People like to say to use .val(), but as you noticed, it doesn't like to set by text, but by using the index, instead. So you should do a find to get that, then set by it. But even that is only part of the story. You should first deselect all other options, and set the attribute of the option you want as selected using the index that you find.

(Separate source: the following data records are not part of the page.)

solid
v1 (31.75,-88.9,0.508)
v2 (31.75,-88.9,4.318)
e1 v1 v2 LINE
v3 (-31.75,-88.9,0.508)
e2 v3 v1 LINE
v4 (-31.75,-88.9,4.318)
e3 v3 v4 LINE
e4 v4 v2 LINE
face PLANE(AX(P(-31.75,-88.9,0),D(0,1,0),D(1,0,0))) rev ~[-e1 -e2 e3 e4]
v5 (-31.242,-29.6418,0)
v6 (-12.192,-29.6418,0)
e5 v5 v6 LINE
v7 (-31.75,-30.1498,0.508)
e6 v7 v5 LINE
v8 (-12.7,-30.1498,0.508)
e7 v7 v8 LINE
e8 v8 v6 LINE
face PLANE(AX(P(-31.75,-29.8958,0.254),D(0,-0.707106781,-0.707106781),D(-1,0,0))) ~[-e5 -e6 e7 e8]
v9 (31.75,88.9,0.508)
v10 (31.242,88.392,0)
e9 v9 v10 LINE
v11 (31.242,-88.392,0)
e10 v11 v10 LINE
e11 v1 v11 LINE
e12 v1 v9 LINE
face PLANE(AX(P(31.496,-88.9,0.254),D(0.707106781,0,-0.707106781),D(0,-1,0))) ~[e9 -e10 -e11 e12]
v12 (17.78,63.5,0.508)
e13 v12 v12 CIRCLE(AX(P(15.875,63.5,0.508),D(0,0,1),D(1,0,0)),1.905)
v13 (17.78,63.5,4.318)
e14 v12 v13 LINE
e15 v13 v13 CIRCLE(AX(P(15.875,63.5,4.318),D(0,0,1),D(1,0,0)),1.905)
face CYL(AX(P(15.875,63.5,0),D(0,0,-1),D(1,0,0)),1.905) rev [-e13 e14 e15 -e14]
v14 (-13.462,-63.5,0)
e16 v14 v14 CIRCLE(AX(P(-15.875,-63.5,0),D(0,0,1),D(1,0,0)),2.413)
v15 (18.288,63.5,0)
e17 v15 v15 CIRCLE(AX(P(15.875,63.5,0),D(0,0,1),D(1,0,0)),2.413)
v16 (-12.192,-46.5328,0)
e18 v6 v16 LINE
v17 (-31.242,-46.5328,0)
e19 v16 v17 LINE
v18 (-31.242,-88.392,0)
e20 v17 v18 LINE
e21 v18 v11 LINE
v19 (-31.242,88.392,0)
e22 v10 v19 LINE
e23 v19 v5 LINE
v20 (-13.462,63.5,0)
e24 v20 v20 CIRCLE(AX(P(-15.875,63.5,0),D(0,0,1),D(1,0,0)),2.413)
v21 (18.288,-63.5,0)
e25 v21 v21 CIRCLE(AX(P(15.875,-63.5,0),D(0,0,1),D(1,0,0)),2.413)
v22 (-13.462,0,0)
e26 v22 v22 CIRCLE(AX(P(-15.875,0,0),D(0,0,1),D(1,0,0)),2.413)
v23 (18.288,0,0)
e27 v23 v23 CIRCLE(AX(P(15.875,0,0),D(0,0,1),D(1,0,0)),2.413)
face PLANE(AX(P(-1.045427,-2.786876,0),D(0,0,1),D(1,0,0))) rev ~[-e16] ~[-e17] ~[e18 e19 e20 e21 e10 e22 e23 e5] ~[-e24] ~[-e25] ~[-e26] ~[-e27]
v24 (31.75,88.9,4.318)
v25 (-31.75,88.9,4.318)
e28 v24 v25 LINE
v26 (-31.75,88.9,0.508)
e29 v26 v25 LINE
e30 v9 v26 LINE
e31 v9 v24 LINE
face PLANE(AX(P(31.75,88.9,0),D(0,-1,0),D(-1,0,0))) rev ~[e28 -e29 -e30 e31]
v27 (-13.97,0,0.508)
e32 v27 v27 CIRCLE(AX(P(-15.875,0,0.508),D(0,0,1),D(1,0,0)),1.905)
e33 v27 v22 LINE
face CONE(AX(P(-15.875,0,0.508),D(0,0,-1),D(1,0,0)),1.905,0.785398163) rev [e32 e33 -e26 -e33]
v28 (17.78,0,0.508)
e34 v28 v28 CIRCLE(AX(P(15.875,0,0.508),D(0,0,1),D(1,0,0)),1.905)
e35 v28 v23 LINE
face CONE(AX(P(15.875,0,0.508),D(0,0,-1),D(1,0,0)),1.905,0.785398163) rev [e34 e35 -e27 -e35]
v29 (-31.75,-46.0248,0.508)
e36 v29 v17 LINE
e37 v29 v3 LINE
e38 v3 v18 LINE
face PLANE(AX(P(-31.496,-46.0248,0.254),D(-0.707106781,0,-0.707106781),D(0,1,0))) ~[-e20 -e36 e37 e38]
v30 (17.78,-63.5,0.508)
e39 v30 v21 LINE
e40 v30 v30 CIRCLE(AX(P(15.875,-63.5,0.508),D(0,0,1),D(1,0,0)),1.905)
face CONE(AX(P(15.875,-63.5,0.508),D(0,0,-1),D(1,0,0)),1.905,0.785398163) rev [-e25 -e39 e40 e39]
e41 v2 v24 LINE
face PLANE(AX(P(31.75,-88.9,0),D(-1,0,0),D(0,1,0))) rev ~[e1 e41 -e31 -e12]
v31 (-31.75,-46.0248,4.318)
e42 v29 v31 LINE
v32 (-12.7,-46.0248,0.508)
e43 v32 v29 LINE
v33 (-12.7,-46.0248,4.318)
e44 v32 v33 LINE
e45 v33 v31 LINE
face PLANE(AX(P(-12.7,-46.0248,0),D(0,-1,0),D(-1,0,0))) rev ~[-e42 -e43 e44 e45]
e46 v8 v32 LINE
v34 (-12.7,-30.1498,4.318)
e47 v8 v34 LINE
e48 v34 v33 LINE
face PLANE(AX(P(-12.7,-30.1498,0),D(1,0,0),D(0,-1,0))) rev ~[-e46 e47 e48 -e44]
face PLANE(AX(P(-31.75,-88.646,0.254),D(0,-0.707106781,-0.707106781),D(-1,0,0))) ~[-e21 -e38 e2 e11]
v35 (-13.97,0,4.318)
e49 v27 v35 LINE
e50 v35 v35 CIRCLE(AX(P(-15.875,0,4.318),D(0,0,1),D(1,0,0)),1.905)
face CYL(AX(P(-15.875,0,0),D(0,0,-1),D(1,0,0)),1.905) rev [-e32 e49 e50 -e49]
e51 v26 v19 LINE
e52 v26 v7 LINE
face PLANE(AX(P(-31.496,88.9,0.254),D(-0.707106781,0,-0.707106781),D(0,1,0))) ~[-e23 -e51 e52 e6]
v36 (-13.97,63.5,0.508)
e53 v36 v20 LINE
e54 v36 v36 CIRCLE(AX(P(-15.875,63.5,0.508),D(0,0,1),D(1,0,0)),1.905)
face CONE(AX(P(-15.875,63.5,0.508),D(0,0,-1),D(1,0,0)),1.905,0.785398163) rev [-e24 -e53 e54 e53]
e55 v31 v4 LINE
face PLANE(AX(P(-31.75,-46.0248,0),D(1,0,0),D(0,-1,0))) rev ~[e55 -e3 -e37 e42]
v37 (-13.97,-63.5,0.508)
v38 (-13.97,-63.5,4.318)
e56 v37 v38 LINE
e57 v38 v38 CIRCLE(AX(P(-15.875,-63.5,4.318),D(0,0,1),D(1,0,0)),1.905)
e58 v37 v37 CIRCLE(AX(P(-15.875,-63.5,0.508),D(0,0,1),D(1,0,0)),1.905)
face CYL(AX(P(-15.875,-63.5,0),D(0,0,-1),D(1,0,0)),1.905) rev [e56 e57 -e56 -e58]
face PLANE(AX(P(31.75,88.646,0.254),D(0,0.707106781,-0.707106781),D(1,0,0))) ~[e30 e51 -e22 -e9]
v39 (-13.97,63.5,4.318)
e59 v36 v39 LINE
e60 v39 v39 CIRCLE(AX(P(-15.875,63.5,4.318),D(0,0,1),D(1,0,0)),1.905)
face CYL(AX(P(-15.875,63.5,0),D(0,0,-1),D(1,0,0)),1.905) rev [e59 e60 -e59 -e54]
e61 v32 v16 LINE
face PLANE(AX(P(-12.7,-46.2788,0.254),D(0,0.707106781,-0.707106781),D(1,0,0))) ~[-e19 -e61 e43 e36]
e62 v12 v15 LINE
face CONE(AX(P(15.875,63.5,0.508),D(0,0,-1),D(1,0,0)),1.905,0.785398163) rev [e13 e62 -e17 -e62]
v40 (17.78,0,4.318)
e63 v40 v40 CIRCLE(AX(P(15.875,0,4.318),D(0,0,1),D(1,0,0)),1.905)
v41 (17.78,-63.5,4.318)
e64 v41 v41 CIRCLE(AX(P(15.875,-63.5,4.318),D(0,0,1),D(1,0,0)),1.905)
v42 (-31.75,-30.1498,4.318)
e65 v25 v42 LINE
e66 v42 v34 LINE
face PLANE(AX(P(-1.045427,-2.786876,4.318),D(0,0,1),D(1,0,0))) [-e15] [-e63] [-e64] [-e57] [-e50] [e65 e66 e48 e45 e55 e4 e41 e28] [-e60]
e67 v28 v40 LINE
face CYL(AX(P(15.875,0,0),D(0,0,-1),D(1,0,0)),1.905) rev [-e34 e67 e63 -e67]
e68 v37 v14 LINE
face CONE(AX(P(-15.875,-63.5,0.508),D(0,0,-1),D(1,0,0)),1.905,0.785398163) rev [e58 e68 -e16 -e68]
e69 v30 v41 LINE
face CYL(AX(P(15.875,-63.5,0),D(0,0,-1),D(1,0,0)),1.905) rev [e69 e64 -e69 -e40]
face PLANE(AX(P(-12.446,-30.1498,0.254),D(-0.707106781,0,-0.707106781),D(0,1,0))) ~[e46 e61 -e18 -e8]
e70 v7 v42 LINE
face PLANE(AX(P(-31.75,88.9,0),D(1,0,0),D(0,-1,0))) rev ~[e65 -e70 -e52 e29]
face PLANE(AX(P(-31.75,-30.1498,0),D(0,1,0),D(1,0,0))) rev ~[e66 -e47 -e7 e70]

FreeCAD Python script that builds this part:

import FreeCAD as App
import Part
import Sketcher
Q = App.Units.Quantity


def edges_at(feature, points):
    """Names of the edges that pass closest to the given points."""
    edges = feature.Shape.Edges
    near = lambda p: min(range(len(edges)), key=lambda i: edges[i].distToShape(Part.Vertex(*p))[0])
    return sorted({f"Edge{near(p) + 1}" for p in points})


def add_polygon(sketch, points):
    """Adds a closed chain of lines whose ends are joined by coincident constraints."""
    first, n = sketch.GeometryCount, len(points)
    for a, b in zip(points, points[1:] + points[:1]):
        sketch.addGeometry(Part.LineSegment(App.Vector(*a, 0), App.Vector(*b, 0)), False)
    for i in range(n):
        sketch.addConstraint(Sketcher.Constraint("Coincident", first + i, 2, first + (i + 1) % n, 1))

doc = App.newDocument("Part")
params = doc.addObject("Spreadsheet::Sheet", "Params")
for row, (alias, value) in enumerate([
    ("sketch1_diameter", "0.15 in"),
    ("sketch1_height", "7 in"),
    ("sketch1_width", "2.5 in"),
    ("sketch1_width2", "0.75 in"),
    ("sketch1_height2", "4.687 in"),
    ("pad1_length", "0.17 in"),
    ("chamfer_size", "0.02 in"),
], start=1):
    params.set(f"A{row}", alias)
    params.set(f"B{row}", "=" + value)
    params.setAlias(f"B{row}", alias)

body = doc.addObject("PartDesign::Body", "Body")

# Sketch on XY plane
sketch1 = body.newObject("Sketcher::SketchObject", "Sketch")
sketch1.AttachmentSupport = (doc.getObject("XY_Plane"), [""])
sketch1.MapMode = "FlatFace"
add_polygon(sketch1, [(-31.8, -88.9), (31.8, -88.9), (31.8, 88.9), (-31.8, 88.9), (-31.8, -30.1), (-12.7, -30.1), (-12.7, -46), (-31.8, -46)])  # lines 0-7
sketch1.addGeometry(Part.Circle(App.Vector(-15.9, -63.5, 0), App.Vector(0, 0, 1), 1.9), False)  # 8
sketch1.addGeometry(Part.Circle(App.Vector(15.9, -63.5, 0), App.Vector(0, 0, 1), 1.9), False)  # 9
sketch1.addGeometry(Part.Circle(App.Vector(-15.9, 0, 0), App.Vector(0, 0, 1), 1.9), False)  # 10
sketch1.addGeometry(Part.Circle(App.Vector(-15.9, 63.5, 0), App.Vector(0, 0, 1), 1.9), False)  # 11
sketch1.addGeometry(Part.Circle(App.Vector(15.9, 0, 0), App.Vector(0, 0, 1), 1.9), False)  # 12
sketch1.addGeometry(Part.Circle(App.Vector(15.9, 63.5, 0), App.Vector(0, 0, 1), 1.9), False)  # 13
sketch1.addConstraint([
    Sketcher.Constraint("Horizontal", 0),
    Sketcher.Constraint("Vertical", 1),
    Sketcher.Constraint("Horizontal", 2),
    Sketcher.Constraint("Vertical", 3),
    Sketcher.Constraint("Horizontal", 4),
    Sketcher.Constraint("Vertical", 5),
    Sketcher.Constraint("Horizontal", 6),
    Sketcher.Constraint("Vertical", 7),
    Sketcher.Constraint("Equal", 8, 9),
    Sketcher.Constraint("Equal", 9, 10),
    Sketcher.Constraint("Equal", 10, 11),
    Sketcher.Constraint("Equal", 11, 12),
    Sketcher.Constraint("Equal", 12, 13),
    Sketcher.Constraint("Symmetric", 9, 3, 11, 3, -1, 1),
    Sketcher.Constraint("Symmetric", 10, 3, 12, 3, -1, 1),
    Sketcher.Constraint("Symmetric", 8, 3, 13, 3, -1, 1),
    Sketcher.Constraint("Symmetric", 0, 2, 2, 2, -1, 1),
    Sketcher.Constraint("Symmetric", 8, 3, 9, 3, -2),
    Sketcher.Constraint("PointOnObject", 10, 3, -1),
    Sketcher.Constraint("Vertical", 8, 3, 10, 3),
    Sketcher.Constraint("Vertical", 3, 2, 6, 2),
    Sketcher.Constraint("Diameter", 8, Q("0.15 in")),
    Sketcher.Constraint("DistanceY", 1, 1, 1, 2, Q("7 in")),
    Sketcher.Constraint("DistanceX", 0, 1, 0, 2, Q("2.5 in")),
    Sketcher.Constraint("DistanceY", 8, 3, 11, 3, Q("5 in")),
    Sketcher.Constraint("DistanceX", 4, 1, 4, 2, Q("0.75 in")),
    Sketcher.Constraint("DistanceY", 3, 2, 3, 1, Q("4.687 in")),
    Sketcher.Constraint("DistanceY", 5, 2, 5, 1, Q("0.625 in")),
    Sketcher.Constraint("DistanceX", 8, 3, 9, 3, Q("1.25 in")),
])
sketch1.setExpression("Constraints[29]", "Params.sketch1_diameter")
sketch1.setExpression("Constraints[30]", "Params.sketch1_height")
sketch1.setExpression("Constraints[31]", "Params.sketch1_width")
sketch1.setExpression("Constraints[33]", "Params.sketch1_width2")
sketch1.setExpression("Constraints[34]", "Params.sketch1_height2")
pad1 = body.newObject("PartDesign::Pad", "Pad")
pad1.Profile = sketch1
pad1.setExpression("Length", "Params.pad1_length")
doc.recompute()

chamfer = body.newObject("PartDesign::Chamfer", "Chamfer")
chamfer.Base = (pad1, edges_at(pad1, [
    (0, -88.9, 0),
    (-31.75, -67.462, 0),
    (-22.225, -46.025, 0),
    (-12.7, -38.087, 0),
    (-22.225, -30.15, 0),
    (-31.75, 29.375, 0),
    (0, 88.9, 0),
    (31.75, 0, 0),
    (-17.78, 0, 0),
    (13.97, 0, 0),
    (13.97, -63.5, 0),
    (-17.78, -63.5, 0),
    (-17.78, 63.5, 0),
    (13.97, 63.5, 0),
]))
chamfer.setExpression("Size", "Params.chamfer_size")

doc.recompute()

Btw, I hate the $('#myDropDownListID') syntax because it is useless in SharePoint because it auto-generates GUIDs and puts them after the IDs, forcing you to have to grab it with $('[id*=myDropDownListID]'), with the * indicating that it contains that value, so that is how I will set this up, except I'll leave out the * because it's unnecessary in this case. But this syntax is also very useful if you want to use $ instead of * to say it starts with that value, and you can use title or name instead of id, so it is incredibly versatile, and I wish more people used it.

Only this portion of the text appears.